[[ RECORDS FOR PROCESSING open ]]
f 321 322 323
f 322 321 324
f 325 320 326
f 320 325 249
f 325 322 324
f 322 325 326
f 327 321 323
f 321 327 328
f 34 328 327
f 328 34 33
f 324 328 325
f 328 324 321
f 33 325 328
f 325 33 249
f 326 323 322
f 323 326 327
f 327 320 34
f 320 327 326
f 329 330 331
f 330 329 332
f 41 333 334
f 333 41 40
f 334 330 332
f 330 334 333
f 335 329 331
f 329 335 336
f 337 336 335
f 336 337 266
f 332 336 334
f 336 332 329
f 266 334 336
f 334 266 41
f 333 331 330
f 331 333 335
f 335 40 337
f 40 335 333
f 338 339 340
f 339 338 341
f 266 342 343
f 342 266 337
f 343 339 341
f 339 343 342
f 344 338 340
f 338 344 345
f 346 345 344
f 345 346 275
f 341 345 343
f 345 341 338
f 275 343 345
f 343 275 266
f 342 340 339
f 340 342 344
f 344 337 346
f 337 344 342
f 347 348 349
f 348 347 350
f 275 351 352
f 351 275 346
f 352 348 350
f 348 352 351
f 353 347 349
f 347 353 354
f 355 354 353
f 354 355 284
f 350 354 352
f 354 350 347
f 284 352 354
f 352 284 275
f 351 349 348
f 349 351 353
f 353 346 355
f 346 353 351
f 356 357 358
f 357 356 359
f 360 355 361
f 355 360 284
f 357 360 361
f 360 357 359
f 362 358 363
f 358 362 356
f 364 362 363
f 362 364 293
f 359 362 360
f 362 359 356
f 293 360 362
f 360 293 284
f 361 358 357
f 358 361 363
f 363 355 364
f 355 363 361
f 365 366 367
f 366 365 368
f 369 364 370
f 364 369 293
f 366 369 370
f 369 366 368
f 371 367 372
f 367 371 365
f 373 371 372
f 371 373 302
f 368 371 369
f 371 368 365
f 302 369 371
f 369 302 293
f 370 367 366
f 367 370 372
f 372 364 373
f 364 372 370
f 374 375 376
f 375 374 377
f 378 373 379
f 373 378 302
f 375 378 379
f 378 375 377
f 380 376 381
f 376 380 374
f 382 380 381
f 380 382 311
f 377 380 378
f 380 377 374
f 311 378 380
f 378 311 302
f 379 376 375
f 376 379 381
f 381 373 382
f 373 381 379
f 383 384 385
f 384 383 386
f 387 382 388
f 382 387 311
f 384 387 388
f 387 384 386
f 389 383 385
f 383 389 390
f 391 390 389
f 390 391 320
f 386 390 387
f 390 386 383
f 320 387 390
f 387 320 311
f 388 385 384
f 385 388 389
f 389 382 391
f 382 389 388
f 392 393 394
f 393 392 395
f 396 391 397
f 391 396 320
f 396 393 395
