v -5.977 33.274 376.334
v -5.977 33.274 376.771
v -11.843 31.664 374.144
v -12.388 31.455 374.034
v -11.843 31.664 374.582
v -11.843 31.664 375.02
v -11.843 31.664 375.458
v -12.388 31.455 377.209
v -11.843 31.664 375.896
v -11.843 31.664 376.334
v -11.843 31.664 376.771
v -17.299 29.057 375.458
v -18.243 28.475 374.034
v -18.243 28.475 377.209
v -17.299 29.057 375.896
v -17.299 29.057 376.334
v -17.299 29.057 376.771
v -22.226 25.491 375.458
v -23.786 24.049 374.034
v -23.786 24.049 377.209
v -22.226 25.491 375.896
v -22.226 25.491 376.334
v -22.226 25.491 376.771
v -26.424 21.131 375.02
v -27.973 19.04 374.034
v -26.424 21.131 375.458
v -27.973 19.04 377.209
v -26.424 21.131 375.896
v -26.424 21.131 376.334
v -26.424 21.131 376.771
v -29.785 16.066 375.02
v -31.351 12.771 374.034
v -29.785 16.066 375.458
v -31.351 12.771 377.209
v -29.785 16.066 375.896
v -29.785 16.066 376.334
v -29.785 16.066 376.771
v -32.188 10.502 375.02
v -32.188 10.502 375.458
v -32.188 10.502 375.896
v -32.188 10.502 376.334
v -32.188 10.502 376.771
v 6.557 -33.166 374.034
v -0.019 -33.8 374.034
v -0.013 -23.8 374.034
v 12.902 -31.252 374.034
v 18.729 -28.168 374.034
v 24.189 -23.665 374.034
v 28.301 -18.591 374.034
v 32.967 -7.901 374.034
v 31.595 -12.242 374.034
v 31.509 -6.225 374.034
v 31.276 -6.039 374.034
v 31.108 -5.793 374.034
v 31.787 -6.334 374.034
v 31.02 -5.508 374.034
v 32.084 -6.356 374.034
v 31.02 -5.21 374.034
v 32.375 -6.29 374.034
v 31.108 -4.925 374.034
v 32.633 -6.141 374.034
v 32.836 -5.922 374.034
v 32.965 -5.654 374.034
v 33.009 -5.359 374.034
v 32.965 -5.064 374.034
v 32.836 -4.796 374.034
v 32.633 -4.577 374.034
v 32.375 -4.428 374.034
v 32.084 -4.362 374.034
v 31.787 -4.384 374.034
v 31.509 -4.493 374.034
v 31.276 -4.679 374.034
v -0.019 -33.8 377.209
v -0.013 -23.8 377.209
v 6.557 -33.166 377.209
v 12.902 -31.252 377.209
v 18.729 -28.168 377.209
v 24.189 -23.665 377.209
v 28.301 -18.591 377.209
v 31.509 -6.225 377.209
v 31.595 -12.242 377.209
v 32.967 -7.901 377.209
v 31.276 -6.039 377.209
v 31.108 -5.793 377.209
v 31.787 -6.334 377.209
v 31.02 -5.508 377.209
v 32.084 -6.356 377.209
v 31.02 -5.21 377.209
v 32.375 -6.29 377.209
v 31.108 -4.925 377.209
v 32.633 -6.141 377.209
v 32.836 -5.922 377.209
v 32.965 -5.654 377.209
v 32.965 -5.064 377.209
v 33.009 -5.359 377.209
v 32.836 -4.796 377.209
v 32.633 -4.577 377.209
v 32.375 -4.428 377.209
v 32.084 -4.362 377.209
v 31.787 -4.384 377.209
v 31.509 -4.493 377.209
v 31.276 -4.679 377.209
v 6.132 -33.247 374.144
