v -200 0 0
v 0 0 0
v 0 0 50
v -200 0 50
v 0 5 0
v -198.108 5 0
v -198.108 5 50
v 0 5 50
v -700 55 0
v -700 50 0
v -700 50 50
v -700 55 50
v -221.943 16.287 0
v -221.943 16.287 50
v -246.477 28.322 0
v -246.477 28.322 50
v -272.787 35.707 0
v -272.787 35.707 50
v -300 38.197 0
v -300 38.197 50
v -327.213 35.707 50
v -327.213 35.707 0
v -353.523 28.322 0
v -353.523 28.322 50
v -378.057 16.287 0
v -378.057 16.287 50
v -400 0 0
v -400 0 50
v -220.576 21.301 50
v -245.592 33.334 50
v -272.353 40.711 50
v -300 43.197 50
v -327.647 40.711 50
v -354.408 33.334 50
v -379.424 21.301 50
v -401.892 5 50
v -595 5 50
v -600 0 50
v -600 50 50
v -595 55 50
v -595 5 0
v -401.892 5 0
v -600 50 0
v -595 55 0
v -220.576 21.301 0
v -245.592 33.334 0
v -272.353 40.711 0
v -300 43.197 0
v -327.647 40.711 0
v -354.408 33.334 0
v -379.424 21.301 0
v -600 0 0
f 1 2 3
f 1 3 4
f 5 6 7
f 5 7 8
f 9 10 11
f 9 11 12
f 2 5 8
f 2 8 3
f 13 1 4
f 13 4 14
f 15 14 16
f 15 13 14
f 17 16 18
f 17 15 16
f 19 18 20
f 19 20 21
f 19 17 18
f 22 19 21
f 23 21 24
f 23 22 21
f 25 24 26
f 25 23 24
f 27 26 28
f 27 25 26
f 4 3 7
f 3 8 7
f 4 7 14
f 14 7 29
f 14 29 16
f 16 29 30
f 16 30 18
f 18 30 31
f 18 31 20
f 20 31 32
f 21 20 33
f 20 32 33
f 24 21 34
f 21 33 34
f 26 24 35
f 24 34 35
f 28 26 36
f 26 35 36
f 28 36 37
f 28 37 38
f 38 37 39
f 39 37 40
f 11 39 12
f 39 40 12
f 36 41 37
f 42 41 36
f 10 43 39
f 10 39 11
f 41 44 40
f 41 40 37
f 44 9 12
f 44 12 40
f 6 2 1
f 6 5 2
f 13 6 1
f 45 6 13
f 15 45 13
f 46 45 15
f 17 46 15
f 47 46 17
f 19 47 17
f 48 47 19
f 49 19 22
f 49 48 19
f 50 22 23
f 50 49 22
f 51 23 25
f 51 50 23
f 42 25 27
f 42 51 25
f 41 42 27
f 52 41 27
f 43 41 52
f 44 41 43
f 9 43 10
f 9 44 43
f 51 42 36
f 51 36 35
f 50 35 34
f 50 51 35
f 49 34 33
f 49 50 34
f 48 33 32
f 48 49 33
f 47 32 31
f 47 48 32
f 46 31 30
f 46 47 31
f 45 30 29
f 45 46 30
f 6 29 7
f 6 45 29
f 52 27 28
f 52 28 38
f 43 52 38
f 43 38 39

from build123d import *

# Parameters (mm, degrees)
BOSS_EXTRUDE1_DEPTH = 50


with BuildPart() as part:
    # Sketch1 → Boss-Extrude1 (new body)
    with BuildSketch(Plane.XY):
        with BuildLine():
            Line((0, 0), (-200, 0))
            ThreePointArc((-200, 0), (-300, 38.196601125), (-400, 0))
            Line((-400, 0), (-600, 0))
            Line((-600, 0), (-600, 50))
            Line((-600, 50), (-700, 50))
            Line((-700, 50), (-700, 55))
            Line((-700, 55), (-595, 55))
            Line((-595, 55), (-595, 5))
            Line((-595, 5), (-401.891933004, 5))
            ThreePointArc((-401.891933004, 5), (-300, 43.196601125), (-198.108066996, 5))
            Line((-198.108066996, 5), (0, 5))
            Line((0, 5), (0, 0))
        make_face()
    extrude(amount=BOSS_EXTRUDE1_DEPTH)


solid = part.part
[[ RECORDS FOR PROCESSING closed ]]
[[ RECORDS FOR PROCESSING open ]]
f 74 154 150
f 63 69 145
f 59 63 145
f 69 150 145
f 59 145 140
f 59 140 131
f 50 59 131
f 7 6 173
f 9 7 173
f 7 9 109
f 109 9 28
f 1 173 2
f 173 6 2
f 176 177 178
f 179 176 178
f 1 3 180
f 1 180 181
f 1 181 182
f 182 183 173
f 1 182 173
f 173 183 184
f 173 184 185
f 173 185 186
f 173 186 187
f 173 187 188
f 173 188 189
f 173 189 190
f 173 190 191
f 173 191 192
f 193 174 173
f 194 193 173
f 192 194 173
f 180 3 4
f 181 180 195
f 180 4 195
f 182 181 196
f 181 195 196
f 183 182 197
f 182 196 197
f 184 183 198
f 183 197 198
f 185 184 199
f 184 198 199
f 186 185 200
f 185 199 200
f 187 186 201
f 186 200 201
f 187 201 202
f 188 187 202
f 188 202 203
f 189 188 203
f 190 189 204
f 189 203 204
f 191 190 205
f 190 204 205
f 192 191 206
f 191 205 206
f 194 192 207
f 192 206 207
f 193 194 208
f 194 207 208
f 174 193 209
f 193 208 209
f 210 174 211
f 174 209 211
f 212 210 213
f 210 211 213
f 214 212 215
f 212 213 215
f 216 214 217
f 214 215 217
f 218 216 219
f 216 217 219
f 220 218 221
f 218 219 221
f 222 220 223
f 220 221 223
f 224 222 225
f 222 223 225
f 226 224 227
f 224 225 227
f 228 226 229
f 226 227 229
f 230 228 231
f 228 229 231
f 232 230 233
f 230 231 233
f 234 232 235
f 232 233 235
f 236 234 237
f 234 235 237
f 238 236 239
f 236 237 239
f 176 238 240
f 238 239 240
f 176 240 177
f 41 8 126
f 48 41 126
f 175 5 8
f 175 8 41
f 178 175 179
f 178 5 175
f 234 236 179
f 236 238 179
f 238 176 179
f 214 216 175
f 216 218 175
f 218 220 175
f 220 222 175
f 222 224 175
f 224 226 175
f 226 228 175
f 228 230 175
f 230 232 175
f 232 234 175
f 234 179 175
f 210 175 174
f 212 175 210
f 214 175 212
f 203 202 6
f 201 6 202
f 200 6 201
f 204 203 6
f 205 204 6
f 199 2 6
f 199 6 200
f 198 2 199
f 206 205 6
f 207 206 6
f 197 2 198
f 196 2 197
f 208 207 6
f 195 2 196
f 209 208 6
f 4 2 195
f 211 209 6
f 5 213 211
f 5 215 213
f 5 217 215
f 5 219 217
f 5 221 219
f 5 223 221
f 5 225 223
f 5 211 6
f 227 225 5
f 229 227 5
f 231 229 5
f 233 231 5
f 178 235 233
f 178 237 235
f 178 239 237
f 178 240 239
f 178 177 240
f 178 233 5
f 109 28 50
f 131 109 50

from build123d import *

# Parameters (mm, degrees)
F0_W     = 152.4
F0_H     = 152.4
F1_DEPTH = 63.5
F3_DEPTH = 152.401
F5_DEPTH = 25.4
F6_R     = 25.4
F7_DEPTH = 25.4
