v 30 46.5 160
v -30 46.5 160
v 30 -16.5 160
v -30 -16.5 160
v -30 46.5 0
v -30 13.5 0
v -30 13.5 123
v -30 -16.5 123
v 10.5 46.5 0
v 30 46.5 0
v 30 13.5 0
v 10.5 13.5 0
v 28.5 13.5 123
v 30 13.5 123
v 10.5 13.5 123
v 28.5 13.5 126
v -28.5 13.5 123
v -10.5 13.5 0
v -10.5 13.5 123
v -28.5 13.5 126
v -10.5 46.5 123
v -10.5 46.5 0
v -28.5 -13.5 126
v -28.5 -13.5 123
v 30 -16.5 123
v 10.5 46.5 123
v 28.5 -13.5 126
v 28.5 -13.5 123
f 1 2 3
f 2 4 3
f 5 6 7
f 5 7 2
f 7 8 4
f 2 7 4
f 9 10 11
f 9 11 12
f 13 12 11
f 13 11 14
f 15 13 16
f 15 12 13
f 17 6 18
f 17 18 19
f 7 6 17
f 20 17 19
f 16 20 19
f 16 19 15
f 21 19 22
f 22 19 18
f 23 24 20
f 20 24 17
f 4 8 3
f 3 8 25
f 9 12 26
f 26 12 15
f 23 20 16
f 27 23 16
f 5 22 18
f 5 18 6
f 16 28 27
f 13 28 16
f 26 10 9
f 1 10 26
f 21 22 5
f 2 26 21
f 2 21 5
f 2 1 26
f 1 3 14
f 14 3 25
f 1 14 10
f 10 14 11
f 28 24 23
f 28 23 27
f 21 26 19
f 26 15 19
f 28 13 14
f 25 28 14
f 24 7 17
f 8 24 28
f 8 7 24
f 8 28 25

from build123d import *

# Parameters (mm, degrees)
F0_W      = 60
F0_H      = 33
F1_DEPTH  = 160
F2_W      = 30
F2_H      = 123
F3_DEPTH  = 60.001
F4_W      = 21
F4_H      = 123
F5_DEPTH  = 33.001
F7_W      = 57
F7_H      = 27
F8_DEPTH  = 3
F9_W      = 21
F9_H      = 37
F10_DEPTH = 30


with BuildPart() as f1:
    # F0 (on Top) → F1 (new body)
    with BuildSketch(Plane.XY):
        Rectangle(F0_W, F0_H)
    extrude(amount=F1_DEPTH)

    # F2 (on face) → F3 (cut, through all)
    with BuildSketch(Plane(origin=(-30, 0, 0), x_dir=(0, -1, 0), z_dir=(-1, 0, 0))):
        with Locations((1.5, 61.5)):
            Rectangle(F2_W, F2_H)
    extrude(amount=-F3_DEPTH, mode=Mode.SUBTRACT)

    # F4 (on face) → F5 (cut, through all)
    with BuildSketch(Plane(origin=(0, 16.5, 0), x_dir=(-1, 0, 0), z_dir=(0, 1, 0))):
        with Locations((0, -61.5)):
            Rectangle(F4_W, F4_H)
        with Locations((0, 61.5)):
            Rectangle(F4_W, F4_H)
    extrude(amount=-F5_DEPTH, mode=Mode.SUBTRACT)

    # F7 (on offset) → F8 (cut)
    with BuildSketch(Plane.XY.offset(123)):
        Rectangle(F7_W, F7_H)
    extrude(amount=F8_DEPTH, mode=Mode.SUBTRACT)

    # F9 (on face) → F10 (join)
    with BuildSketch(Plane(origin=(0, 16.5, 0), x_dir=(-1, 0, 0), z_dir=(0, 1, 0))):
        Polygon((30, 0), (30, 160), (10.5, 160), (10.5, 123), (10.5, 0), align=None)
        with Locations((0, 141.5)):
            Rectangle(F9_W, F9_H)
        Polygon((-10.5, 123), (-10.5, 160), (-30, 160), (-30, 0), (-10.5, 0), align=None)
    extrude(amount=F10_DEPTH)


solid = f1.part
[[ RECORDS FOR PROCESSING closed ]]
__TRY IT__. For this exercise, output exactly the lines above from the line with "f 218 216 219" to the line with "v 10.5 13.5 123", counting both, and leave out the rest.

__TASK SOLUTION__.
f 218 216 219
f 216 217 219
f 220 218 221
f 218 219 221
f 222 220 223
f 220 221 223
f 224 222 225
f 222 223 225
f 226 224 227
f 224 225 227
f 228 226 229
f 226 227 229
f 230 228 231
f 228 229 231
f 232 230 233
f 230 231 233
f 234 232 235
f 232 233 235
f 236 234 237
f 234 235 237
f 238 236 239
f 236 237 239
f 176 238 240
f 238 239 240
f 176 240 177
f 41 8 126
f 48 41 126
f 175 5 8
f 175 8 41
f 178 175 179
f 178 5 175
f 234 236 179
f 236 238 179
f 238 176 179
f 214 216 175
f 216 218 175
f 218 220 175
f 220 222 175
f 222 224 175
f 224 226 175
f 226 228 175
f 228 230 175
f 230 232 175
f 232 234 175
f 234 179 175
f 210 175 174
f 212 175 210
f 214 175 212
f 203 202 6
f 201 6 202
f 200 6 201
f 204 203 6
f 205 204 6
f 199 2 6
f 199 6 200
f 198 2 199
f 206 205 6
f 207 206 6
f 197 2 198
f 196 2 197
f 208 207 6
f 195 2 196
f 209 208 6
f 4 2 195
f 211 209 6
f 5 213 211
f 5 215 213
f 5 217 215
f 5 219 217
f 5 221 219
f 5 223 221
f 5 225 223
f 5 211 6
f 227 225 5
f 229 227 5
f 231 229 5
f 233 231 5
f 178 235 233
f 178 237 235
f 178 239 237
f 178 240 239
f 178 177 240
f 178 233 5
f 109 28 50
f 131 109 50

from build123d import *

# Parameters (mm, degrees)
F0_W     = 152.4
F0_H     = 152.4
F1_DEPTH = 63.5
F3_DEPTH = 152.401
F5_DEPTH = 25.4
F6_R     = 25.4
F7_DEPTH = 25.4
v 30 46.5 160
v -30 46.5 160
v 30 -16.5 160
v -30 -16.5 160
v -30 46.5 0
v -30 13.5 0
v -30 13.5 123
v -30 -16.5 123
v 10.5 46.5 0
v 30 46.5 0
v 30 13.5 0
v 10.5 13.5 0
v 28.5 13.5 123
v 30 13.5 123
v 10.5 13.5 123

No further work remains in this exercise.